The contraction speeds ranged from 15°/s to 247.5°/s (4.32 rad/s) for the evaluation of the concentric mode and 60 to 180°/s for the eccentric mode.
To classify the strength of reliability, we used the scale proposed by Landis and Koch [19]: 0 represents poor reliability, 0.01–0.20 slight reliability, 0.21–0.40 regular reliability, 0.41–0.60 moderate reliability, 0.61–0.80 substantial reliability, and 0.81–1.00 very high (almost perfect) reliability.
All selected articles presented strength measurements for both knee flexion and extension in the concentric mode. Of these, only three [4, 5, 11] analyzed knee flexion and extension in the eccentric mode as well. Four studies [2, 5, 11, 12] included tests on both dominant and non-dominant legs. Studies found substantial and very high (almost perfect) reliability for all analyses, regardless of movement, speed, type of contraction, evaluation of the dominant or non-dominant leg, and whether the participants had CP or not.

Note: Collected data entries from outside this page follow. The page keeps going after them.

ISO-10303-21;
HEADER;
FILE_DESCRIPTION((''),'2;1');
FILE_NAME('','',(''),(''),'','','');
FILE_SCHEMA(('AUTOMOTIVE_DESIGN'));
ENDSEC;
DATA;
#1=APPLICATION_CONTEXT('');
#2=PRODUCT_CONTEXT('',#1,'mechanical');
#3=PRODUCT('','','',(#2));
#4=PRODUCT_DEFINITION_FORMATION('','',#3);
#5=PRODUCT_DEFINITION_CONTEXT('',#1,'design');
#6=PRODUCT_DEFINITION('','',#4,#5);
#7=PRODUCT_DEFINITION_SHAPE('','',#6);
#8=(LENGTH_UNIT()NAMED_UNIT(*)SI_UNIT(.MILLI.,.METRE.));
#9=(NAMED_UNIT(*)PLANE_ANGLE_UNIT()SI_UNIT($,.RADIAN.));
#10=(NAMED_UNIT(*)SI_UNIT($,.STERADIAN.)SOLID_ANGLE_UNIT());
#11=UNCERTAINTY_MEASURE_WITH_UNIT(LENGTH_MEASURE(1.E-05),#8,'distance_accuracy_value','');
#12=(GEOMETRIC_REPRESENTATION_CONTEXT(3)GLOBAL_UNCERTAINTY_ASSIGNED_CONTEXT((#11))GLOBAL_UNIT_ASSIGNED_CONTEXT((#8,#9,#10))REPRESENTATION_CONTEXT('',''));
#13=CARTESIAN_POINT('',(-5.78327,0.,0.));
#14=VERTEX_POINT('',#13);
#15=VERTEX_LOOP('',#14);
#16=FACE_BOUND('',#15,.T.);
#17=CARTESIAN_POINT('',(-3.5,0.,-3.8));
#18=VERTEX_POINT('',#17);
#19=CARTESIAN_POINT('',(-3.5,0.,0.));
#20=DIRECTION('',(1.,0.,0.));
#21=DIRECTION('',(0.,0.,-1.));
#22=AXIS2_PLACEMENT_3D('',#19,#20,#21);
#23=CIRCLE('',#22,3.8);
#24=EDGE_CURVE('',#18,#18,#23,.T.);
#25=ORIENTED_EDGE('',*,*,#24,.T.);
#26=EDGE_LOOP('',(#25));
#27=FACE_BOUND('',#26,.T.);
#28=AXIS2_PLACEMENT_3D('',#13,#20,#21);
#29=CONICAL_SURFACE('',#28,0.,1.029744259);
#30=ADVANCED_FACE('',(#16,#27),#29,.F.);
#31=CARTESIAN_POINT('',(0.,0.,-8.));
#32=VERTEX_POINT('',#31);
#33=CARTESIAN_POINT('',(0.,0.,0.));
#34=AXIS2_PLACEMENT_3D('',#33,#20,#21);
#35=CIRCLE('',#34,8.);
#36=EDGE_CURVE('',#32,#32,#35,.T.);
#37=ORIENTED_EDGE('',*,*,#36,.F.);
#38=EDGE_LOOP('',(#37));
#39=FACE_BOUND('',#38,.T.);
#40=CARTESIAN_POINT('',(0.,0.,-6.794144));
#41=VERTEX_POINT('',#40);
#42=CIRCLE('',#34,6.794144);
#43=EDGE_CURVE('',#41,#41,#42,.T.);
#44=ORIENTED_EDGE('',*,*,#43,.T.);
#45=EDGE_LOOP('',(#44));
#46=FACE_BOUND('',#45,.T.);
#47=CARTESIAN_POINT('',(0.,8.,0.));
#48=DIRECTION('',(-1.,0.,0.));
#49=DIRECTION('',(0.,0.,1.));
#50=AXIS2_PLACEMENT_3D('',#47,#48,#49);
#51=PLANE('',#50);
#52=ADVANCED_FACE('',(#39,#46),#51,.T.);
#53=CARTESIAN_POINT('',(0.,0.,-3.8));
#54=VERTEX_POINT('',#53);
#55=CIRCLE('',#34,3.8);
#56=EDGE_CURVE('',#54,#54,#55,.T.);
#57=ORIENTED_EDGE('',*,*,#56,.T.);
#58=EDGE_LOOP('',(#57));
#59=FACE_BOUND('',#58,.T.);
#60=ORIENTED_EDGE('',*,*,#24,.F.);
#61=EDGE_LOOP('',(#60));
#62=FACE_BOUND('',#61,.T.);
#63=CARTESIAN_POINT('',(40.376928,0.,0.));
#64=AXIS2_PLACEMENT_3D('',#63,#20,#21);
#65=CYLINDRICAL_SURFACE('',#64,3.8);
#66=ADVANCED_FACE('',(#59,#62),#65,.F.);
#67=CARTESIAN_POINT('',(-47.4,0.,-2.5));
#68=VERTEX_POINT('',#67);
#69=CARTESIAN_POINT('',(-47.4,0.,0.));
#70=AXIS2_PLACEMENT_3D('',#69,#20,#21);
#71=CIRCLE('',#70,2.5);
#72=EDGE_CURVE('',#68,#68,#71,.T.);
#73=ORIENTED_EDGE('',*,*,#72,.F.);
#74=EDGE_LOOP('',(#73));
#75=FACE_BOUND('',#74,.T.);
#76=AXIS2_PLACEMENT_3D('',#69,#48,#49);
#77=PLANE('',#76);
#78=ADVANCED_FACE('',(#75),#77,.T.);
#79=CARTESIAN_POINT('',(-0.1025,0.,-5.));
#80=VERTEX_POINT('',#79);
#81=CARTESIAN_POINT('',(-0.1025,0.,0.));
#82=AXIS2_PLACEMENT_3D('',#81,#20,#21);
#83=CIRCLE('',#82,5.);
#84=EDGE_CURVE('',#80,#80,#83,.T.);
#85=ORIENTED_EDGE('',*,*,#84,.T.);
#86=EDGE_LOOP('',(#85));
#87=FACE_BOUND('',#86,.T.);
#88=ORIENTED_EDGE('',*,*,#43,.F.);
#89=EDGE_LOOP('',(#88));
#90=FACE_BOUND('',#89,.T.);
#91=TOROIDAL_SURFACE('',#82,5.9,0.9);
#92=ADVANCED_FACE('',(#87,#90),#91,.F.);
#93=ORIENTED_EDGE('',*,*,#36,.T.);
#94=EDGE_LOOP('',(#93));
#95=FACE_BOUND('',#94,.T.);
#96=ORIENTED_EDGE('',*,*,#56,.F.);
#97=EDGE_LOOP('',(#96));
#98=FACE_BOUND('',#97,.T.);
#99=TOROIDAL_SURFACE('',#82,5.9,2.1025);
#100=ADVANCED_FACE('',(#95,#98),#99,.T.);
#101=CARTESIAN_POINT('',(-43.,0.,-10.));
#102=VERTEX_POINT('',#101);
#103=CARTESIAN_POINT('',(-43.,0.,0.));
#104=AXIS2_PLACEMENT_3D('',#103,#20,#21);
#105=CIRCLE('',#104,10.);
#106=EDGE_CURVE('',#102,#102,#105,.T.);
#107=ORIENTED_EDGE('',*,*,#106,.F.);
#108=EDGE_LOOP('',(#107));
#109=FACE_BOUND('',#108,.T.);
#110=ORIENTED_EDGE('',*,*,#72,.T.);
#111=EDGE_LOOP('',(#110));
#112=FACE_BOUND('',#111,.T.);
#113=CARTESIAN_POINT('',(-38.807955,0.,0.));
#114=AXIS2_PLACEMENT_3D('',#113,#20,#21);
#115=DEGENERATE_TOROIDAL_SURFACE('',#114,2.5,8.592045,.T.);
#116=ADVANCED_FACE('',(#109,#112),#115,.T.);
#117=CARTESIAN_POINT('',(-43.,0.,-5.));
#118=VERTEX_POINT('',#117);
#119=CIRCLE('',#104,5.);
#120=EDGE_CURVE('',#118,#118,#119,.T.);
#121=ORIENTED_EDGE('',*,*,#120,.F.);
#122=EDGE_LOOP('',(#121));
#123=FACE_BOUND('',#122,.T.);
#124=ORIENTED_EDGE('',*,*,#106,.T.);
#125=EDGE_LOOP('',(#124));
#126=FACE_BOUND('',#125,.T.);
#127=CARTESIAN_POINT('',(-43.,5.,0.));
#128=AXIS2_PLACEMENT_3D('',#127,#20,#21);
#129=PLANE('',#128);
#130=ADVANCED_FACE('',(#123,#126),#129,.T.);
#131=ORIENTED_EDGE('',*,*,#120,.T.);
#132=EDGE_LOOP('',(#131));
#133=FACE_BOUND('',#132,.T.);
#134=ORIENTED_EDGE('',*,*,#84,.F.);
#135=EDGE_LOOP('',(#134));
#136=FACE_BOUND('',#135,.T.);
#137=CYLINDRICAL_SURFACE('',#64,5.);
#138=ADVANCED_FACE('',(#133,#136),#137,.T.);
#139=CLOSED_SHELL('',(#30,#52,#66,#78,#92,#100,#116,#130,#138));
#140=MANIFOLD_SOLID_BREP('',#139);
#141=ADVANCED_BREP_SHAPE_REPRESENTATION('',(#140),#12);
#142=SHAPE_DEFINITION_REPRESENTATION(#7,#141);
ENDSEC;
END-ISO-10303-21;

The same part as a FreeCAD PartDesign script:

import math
import FreeCAD as App
import Part
import Sketcher

V = App.Vector
Q = App.Units.Quantity

doc = App.newDocument("Part")
params = doc.addObject("Spreadsheet::Sheet", "Params")
for row, (alias, value) in enumerate([
    ("sketch1_radius", "0.9 mm"),
    ("sketch1_height", "5 mm"),
    ("sketch1_width", "3.5 mm"),
    ("sketch1_height2", "2.5 mm"),
    ("revolution_angle", "360 deg"),
], start=1):
    params.set(f"A{row}", alias)
    params.set(f"B{row}", "=" + value)
    params.setAlias(f"B{row}", alias)

body = doc.addObject("PartDesign::Body", "Body")

sketch1 = doc.addObject("Sketcher::SketchObject", "Sketch")
body.addObject(sketch1)
sketch1.AttachmentSupport = (doc.XY_Plane, [""])
sketch1.MapMode = "FlatFace"
sketch1.addGeometry([
    Part.LineSegment(V(0, 8, 0), V(0, 6.8, 0)),
    Part.ArcOfCircle(Part.Circle(V(-0.1, 5.9, 0), V(0, 0, 1), 0.9), math.radians(-90), math.radians(83)),
    Part.LineSegment(V(-0.1, 5, 0), V(-43, 5, 0)),
    Part.LineSegment(V(-43, 5, 0), V(-43, 10, 0)),
    Part.ArcOfCircle(Part.Circle(V(-38.8, 2.5, 0), V(0, 0, 1), 8.6), math.radians(119), math.radians(180)),
    Part.LineSegment(V(-47.4, 2.5, 0), V(-47.4, 0, 0)),
    Part.LineSegment(V(-47.4, 0, 0), V(-5.8, 0, 0)),
    Part.LineSegment(V(-5.8, 0, 0), V(-3.5, 3.8, 0)),
    Part.LineSegment(V(-3.5, 3.8, 0), V(0, 3.8, 0)),
    Part.ArcOfCircle(Part.Circle(V(-0.1, 5.9, 0), V(0, 0, 1), 2.1), math.radians(-87), math.radians(87)),
], False)
sketch1.addConstraint([
    Sketcher.Constraint("Coincident", 0, 2, 1, 2),
    Sketcher.Constraint("Tangent", 1, 1, 2, 1),
    Sketcher.Constraint("Coincident", 2, 2, 3, 1),
    Sketcher.Constraint("Coincident", 3, 2, 4, 1),
    Sketcher.Constraint("Tangent", 4, 2, 5, 1),
    Sketcher.Constraint("Coincident", 5, 2, 6, 1),
    Sketcher.Constraint("Coincident", 6, 2, 7, 1),
    Sketcher.Constraint("Coincident", 7, 2, 8, 1),
    Sketcher.Constraint("Coincident", 8, 2, 9, 1),
    Sketcher.Constraint("Coincident", 9, 2, 0, 1),
    Sketcher.Constraint("Vertical", 0),
    Sketcher.Constraint("Horizontal", 2),
    Sketcher.Constraint("Vertical", 3),
    Sketcher.Constraint("Vertical", 5),
    Sketcher.Constraint("Horizontal", 6),
    Sketcher.Constraint("Horizontal", 8),
    Sketcher.Constraint("Coincident", 9, 3, 1, 3),
    Sketcher.Constraint("PointOnObject", 0, 2, -2),
    Sketcher.Constraint("PointOnObject", 5, 2, -1),
    Sketcher.Constraint("PointOnObject", 8, 2, -2),
    Sketcher.Constraint("Radius", 1, 0.9),
    Sketcher.Constraint("DistanceY", 3, 1, 3, 2, 5.0),
    Sketcher.Constraint("Angle", 7, Q("59 deg")),
    Sketcher.Constraint("DistanceX", 8, 1, 8, 2, 3.5),
    Sketcher.Constraint("DistanceY", 5, 2, 5, 1, 2.5),
    Sketcher.Constraint("DistanceY", -1, 1, 1, 1, 5.0),
    Sketcher.Constraint("DistanceX", 2, 2, -1, 1, 43.0),
    Sketcher.Constraint("DistanceY", -1, 1, 9, 2, 8.0),
    Sketcher.Constraint("DistanceX", 4, 2, -1, 1, 47.4),
    Sketcher.Constraint("Radius", 9, 2.1025),
])
sketch1.setExpression("Constraints[20]", "Params.sketch1_radius")
sketch1.setExpression("Constraints[21]", "Params.sketch1_height")
sketch1.setExpression("Constraints[23]", "Params.sketch1_width")
sketch1.setExpression("Constraints[24]", "Params.sketch1_height2")
revolution = doc.addObject("PartDesign::Revolution", "Revolution")
body.addObject(revolution)
revolution.Profile = sketch1
revolution.ReferenceAxis = (sketch1, ["H_Axis"])
revolution.setExpression("Angle", "Params.revolution_angle")

doc.recompute()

The Pierce’s study identified regular and moderate reliability where the knee flexion was assessed at 15°/s and 90°/s with ICCs of 0.31 and 0.38, respectively. This study also identified moderate reliability, because it measured knee extension assessed at 15°/s and at 90°/s with ICCs of 0.51 and 0.50, respectively. Both movements were in the concentric mode [20]. Fagher also measured knee flexion at 60°/s and 180°/s with ICCs of 0.62 and 0.49, respectively. This study, although it showed substantial reliability when measuring knee extension at 180°/s with an ICC of 0.68 in the eccentric mode, showed moderate reliability (0.60) for knee flexion [4] (Table 4).
Table 4. Relative and absolute reliability of concentric extension and flexion of the knee in isokinetic.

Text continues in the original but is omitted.